[Start of section]

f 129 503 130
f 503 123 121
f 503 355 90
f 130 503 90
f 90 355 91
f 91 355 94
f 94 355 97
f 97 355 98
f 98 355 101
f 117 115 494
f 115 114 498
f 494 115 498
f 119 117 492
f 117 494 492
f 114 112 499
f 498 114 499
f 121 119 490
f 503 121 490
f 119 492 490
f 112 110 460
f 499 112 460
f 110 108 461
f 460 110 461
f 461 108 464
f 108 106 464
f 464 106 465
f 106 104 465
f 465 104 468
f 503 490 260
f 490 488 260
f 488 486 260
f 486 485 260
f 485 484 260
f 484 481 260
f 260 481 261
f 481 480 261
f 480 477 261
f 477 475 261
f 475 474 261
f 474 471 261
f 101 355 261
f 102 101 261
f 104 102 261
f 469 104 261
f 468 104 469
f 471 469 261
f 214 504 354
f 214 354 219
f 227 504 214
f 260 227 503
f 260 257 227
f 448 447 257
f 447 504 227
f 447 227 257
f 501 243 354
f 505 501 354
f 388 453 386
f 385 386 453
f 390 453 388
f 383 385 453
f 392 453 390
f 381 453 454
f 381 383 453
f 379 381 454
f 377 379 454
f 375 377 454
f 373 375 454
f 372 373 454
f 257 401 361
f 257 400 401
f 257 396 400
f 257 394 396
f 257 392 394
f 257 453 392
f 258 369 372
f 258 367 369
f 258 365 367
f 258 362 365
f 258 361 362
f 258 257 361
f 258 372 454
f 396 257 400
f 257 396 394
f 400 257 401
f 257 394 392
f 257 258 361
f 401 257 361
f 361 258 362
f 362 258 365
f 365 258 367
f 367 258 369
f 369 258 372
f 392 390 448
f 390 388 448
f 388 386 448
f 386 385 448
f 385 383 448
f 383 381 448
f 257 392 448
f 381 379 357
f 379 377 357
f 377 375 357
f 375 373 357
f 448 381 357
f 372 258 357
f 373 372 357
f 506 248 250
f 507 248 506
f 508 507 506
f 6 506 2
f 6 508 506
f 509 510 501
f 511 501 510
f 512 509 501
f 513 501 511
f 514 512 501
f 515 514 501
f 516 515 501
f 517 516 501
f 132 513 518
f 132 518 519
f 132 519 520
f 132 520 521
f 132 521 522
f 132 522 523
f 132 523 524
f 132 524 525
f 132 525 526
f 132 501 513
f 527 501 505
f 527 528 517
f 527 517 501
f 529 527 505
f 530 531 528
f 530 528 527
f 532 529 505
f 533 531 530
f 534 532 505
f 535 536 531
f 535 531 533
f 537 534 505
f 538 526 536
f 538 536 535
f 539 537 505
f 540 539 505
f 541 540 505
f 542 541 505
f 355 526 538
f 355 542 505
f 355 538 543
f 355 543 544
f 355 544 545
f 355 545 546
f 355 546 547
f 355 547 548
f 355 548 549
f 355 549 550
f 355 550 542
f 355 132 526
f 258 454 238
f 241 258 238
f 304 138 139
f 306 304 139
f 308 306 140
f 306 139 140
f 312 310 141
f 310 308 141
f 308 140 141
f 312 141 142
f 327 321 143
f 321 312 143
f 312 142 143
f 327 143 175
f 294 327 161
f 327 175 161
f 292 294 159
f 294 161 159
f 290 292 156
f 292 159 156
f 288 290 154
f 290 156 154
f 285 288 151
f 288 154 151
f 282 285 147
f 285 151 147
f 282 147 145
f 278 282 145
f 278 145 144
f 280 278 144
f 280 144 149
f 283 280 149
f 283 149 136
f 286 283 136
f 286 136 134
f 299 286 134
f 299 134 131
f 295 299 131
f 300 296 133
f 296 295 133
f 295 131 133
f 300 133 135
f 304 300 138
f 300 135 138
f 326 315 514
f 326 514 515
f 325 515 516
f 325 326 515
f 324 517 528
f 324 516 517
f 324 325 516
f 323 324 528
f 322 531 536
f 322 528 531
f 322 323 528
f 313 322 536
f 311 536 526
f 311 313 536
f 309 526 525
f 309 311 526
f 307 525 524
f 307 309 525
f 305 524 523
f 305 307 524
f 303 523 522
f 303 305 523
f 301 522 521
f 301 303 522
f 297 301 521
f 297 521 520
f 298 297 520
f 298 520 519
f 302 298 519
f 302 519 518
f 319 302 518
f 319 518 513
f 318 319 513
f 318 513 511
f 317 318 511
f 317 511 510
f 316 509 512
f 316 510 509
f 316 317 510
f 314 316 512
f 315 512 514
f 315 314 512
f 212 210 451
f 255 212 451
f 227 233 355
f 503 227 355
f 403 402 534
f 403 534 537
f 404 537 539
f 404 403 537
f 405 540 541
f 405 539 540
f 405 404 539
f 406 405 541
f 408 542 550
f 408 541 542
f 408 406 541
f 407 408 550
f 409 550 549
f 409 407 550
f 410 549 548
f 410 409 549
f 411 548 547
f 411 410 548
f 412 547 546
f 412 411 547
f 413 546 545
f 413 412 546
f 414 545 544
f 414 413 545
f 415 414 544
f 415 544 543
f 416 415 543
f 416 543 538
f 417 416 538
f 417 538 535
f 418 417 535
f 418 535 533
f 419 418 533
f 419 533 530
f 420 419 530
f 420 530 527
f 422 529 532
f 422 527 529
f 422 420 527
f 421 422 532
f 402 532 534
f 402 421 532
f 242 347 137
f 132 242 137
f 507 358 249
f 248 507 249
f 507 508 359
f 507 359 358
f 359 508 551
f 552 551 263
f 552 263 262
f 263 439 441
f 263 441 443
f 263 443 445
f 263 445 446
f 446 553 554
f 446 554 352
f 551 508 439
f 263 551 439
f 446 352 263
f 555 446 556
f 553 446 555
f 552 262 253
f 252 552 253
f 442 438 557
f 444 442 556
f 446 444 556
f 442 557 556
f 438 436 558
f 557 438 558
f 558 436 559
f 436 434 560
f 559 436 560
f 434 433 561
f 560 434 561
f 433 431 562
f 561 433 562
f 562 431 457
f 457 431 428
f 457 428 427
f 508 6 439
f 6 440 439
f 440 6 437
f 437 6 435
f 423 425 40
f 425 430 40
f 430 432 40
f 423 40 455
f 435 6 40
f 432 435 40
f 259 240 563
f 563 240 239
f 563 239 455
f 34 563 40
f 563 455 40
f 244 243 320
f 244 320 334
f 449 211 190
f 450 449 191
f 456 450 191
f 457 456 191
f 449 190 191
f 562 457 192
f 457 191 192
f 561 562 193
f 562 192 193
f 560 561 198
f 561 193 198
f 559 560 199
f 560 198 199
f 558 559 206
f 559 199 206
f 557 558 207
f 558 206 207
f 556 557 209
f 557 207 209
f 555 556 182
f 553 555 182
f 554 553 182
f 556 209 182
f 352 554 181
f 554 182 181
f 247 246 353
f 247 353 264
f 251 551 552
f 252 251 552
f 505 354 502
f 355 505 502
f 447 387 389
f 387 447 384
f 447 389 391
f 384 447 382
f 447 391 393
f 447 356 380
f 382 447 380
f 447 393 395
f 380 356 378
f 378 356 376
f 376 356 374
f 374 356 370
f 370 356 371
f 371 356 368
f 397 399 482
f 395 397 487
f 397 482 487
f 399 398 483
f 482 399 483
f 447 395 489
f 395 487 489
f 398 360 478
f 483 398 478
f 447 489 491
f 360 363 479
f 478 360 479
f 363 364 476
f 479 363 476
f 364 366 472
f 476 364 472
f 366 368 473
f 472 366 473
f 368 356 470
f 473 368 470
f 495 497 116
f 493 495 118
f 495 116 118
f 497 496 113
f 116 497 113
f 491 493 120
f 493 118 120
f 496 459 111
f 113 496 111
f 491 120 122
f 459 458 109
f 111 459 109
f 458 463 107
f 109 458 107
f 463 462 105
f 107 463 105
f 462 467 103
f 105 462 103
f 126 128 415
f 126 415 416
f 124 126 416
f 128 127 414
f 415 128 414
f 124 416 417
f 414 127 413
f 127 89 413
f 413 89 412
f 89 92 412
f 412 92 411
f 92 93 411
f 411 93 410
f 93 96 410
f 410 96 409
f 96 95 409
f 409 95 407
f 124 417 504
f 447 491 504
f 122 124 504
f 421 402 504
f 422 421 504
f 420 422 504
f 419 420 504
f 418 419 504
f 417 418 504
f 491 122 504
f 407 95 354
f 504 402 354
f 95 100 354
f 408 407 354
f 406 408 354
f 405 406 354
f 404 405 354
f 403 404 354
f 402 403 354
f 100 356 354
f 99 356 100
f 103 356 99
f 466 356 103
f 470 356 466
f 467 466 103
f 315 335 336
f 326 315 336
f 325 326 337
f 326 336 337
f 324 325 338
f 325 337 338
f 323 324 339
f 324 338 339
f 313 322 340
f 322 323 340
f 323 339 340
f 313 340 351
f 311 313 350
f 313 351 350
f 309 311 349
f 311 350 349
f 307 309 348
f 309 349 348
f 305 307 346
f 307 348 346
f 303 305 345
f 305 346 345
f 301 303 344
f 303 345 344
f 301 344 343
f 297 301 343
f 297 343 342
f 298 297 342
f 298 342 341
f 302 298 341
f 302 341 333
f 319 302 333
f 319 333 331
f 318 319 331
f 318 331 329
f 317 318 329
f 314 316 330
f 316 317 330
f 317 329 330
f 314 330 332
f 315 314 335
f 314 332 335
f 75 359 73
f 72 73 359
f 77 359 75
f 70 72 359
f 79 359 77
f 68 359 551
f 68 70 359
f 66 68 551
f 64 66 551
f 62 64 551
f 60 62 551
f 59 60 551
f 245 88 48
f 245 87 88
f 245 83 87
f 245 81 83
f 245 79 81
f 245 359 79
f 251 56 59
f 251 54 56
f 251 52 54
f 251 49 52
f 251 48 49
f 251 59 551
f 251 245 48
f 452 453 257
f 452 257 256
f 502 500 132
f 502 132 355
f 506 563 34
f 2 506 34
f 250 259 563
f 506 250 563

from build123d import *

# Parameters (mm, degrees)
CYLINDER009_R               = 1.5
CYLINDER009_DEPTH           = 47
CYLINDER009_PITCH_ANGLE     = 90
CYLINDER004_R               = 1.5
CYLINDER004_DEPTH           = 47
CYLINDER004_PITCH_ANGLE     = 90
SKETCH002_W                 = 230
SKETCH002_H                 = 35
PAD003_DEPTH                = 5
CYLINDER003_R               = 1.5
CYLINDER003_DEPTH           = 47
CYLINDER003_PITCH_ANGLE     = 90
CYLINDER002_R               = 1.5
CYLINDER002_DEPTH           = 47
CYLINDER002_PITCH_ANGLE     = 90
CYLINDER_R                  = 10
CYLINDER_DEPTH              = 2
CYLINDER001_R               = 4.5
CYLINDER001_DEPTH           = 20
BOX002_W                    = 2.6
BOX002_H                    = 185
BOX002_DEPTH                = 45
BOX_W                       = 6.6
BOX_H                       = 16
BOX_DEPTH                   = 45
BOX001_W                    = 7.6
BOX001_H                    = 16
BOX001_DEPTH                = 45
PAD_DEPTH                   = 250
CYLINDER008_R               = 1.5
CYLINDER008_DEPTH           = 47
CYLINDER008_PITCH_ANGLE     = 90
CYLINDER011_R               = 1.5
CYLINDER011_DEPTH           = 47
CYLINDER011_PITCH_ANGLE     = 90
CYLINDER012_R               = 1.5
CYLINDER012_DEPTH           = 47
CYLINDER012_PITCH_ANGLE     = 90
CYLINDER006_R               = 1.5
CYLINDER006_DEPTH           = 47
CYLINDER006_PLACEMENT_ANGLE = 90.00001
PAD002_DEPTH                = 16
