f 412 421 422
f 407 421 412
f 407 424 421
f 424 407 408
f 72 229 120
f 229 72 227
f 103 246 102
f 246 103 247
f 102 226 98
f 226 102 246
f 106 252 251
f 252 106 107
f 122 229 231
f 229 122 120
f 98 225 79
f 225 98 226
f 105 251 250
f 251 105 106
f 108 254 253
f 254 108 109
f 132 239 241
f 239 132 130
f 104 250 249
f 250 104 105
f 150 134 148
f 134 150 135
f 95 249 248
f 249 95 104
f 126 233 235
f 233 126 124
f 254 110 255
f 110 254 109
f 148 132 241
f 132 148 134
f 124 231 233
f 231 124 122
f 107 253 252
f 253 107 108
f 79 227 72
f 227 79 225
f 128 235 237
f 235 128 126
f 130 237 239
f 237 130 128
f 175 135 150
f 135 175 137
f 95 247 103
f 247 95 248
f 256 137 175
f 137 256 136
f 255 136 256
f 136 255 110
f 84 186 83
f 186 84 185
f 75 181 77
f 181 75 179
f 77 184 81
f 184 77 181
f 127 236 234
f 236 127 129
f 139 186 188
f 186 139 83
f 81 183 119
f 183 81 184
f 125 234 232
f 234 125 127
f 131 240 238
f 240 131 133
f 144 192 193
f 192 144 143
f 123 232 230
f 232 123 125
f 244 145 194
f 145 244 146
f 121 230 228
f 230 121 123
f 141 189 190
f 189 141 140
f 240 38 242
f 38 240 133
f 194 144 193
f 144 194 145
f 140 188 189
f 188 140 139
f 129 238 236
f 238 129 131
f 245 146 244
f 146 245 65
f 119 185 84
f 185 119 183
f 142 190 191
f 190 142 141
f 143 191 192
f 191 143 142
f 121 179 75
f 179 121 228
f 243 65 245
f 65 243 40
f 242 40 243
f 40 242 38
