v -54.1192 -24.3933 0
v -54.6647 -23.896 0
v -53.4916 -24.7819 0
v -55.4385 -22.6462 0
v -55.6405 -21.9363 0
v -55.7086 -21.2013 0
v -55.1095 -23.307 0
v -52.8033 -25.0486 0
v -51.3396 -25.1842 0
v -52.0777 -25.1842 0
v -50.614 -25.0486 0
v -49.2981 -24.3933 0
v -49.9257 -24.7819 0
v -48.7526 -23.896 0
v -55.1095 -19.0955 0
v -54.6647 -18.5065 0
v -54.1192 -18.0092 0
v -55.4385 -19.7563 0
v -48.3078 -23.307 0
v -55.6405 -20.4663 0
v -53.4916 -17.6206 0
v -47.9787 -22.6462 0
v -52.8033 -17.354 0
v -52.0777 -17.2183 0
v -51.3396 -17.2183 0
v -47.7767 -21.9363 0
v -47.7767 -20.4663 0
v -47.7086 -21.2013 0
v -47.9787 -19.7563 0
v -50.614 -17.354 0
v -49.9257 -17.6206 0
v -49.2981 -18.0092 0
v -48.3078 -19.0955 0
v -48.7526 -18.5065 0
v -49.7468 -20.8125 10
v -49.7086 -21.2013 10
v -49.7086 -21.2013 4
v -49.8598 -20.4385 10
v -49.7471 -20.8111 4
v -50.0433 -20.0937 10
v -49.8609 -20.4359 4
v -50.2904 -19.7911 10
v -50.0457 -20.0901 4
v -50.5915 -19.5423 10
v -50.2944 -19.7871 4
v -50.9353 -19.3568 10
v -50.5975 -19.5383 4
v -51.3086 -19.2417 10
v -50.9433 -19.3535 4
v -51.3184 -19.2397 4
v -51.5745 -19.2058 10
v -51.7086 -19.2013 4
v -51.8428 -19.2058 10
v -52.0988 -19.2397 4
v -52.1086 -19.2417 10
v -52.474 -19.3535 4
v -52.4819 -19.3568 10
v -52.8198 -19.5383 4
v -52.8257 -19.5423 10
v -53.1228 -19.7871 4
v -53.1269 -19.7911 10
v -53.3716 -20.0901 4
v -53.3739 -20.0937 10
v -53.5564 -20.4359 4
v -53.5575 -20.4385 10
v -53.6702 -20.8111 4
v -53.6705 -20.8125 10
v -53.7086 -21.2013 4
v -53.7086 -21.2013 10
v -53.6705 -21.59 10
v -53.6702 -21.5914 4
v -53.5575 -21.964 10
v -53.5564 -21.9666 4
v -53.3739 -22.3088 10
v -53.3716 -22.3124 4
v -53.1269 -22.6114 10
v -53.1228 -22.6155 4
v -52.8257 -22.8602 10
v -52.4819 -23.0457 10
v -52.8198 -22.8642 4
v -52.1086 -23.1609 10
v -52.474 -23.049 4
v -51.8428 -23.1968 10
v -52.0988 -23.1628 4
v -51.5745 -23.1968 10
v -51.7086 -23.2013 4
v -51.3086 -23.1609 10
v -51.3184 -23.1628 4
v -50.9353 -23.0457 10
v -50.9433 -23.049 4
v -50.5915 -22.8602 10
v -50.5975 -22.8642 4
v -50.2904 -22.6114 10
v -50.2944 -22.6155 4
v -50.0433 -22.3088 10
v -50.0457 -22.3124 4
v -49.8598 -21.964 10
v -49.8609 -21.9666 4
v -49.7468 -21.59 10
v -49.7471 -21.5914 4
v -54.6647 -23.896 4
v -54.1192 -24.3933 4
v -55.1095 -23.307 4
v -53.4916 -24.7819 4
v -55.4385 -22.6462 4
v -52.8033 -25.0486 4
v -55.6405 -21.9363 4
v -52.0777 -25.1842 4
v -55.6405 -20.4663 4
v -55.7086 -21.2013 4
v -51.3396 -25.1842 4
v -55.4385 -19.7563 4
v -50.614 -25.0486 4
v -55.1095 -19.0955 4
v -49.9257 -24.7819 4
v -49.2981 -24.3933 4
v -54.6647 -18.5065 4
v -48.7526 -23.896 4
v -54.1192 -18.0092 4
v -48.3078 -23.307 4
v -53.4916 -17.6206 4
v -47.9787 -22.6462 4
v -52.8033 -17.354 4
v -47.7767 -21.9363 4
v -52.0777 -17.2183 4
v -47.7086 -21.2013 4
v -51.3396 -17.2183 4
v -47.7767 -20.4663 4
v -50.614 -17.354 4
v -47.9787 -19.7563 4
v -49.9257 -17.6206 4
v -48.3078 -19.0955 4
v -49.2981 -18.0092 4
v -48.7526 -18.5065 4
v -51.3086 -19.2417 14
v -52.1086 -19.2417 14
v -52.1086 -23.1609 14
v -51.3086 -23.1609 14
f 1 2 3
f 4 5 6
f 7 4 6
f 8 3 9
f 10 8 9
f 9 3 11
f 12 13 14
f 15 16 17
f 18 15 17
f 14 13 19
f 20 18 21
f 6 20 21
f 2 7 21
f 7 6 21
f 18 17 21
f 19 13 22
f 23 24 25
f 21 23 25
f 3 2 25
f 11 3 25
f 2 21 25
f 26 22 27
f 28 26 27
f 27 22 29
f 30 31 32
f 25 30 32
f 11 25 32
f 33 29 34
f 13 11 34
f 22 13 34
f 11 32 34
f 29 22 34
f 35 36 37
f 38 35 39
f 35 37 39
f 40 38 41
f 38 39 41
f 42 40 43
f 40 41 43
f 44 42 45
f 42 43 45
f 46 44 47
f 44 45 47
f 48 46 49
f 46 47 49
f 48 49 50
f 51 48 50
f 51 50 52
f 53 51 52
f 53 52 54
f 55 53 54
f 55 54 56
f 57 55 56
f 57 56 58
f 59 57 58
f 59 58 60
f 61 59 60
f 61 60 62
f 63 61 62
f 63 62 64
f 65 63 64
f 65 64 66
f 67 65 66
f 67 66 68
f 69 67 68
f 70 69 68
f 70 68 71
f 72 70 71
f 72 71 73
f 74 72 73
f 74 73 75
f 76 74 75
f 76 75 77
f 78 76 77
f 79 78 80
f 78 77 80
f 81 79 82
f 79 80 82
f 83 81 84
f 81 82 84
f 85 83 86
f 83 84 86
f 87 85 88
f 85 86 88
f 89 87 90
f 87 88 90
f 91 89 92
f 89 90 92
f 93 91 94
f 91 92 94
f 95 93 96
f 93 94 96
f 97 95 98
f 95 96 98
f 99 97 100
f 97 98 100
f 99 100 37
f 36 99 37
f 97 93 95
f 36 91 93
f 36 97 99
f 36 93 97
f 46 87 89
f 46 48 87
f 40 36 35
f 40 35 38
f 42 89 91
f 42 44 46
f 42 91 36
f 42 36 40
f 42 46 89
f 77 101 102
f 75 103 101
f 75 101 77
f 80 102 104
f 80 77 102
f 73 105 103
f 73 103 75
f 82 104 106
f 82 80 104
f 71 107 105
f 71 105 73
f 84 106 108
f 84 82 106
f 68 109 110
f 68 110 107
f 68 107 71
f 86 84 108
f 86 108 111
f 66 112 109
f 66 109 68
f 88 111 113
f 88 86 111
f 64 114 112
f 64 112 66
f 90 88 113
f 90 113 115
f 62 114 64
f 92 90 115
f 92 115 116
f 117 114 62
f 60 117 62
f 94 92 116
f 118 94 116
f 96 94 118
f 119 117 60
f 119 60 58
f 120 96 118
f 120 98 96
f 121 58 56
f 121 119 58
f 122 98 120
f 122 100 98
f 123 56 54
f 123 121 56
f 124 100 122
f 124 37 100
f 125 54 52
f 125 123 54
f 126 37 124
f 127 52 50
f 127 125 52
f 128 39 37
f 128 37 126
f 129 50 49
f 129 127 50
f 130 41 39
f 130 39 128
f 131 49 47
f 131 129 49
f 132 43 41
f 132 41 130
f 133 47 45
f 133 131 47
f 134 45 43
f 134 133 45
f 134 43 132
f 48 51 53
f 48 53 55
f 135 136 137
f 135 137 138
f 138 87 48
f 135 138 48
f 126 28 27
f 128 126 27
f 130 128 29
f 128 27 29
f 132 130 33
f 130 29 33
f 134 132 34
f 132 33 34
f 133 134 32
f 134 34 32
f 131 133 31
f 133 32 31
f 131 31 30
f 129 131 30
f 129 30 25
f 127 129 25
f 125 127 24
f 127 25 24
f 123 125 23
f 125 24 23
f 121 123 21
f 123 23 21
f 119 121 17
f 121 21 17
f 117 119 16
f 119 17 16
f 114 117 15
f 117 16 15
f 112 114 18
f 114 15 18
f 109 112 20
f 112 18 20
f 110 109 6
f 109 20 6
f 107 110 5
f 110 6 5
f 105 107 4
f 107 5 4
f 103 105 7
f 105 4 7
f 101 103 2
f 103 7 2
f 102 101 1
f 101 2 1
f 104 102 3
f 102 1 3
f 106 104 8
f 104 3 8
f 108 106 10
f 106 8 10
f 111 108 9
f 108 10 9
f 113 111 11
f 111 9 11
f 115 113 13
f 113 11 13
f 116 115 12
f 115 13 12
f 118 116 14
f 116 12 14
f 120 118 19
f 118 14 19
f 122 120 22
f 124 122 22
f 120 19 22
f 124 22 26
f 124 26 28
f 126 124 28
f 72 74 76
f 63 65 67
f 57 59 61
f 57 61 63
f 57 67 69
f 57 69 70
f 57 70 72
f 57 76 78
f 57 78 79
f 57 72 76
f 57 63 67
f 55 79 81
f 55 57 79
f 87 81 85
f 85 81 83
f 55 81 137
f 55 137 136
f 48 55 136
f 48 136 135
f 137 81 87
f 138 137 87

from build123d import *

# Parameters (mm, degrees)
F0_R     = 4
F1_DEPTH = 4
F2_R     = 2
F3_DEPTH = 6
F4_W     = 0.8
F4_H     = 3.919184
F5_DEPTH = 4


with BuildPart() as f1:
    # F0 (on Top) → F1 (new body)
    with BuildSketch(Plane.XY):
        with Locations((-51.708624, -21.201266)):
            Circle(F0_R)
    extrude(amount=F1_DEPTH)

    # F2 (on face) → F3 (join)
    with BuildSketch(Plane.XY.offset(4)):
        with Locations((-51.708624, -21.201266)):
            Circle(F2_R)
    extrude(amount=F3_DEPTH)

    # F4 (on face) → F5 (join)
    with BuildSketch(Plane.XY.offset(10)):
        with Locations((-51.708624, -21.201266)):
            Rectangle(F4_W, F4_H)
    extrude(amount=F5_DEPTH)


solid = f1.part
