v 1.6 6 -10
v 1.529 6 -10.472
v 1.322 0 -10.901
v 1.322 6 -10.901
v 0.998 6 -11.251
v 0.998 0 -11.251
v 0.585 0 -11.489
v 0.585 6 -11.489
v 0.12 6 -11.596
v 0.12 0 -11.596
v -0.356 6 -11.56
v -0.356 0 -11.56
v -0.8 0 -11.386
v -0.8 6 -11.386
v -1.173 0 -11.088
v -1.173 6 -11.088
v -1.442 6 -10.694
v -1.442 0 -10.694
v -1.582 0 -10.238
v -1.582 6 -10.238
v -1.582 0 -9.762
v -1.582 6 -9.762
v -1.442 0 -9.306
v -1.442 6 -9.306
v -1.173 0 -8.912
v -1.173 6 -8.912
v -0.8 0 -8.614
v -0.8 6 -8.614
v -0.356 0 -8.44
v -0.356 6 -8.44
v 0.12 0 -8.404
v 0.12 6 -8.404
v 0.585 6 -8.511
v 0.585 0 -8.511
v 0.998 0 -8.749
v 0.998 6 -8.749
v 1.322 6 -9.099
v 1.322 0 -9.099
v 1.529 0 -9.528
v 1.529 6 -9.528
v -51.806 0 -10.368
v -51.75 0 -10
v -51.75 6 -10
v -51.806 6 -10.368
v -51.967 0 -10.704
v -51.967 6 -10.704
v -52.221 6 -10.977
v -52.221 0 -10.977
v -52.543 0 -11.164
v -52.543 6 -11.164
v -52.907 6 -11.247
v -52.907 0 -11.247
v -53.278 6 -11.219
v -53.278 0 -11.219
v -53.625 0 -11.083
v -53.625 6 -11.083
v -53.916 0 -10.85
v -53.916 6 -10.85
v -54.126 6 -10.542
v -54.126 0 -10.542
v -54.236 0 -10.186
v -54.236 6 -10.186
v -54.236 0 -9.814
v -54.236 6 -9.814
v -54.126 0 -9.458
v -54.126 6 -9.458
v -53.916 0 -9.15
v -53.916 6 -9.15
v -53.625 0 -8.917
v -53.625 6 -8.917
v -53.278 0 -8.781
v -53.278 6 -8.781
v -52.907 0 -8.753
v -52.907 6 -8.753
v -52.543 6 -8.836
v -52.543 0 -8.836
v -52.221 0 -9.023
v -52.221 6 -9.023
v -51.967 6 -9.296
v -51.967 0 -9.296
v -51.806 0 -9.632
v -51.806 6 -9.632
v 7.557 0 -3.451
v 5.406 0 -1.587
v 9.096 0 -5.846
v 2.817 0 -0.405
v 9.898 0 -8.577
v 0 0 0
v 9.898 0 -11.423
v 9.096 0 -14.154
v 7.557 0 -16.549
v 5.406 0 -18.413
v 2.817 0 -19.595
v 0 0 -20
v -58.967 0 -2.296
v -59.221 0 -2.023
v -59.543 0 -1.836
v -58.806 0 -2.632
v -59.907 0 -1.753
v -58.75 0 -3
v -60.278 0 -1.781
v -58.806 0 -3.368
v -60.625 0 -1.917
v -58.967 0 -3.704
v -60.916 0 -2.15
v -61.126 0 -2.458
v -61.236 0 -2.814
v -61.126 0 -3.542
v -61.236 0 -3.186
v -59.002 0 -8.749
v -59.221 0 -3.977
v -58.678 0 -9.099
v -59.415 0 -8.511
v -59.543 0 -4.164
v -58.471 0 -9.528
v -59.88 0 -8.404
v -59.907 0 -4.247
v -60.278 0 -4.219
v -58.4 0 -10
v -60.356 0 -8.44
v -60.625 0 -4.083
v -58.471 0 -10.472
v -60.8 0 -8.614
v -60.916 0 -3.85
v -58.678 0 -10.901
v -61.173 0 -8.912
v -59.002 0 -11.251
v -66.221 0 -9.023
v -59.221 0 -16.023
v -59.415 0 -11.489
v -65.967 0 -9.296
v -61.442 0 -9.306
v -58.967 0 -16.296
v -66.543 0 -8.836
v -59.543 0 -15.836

[End of section]

Work required: The line above containing "f 263 443 445", the line containing "f 563 239 455", and every line between them are to be transcribed exactly; no other line is wanted.

Your response:
f 263 443 445
f 263 445 446
f 446 553 554
f 446 554 352
f 551 508 439
f 263 551 439
f 446 352 263
f 555 446 556
f 553 446 555
f 552 262 253
f 252 552 253
f 442 438 557
f 444 442 556
f 446 444 556
f 442 557 556
f 438 436 558
f 557 438 558
f 558 436 559
f 436 434 560
f 559 436 560
f 434 433 561
f 560 434 561
f 433 431 562
f 561 433 562
f 562 431 457
f 457 431 428
f 457 428 427
f 508 6 439
f 6 440 439
f 440 6 437
f 437 6 435
f 423 425 40
f 425 430 40
f 430 432 40
f 423 40 455
f 435 6 40
f 432 435 40
f 259 240 563
f 563 240 239
f 563 239 455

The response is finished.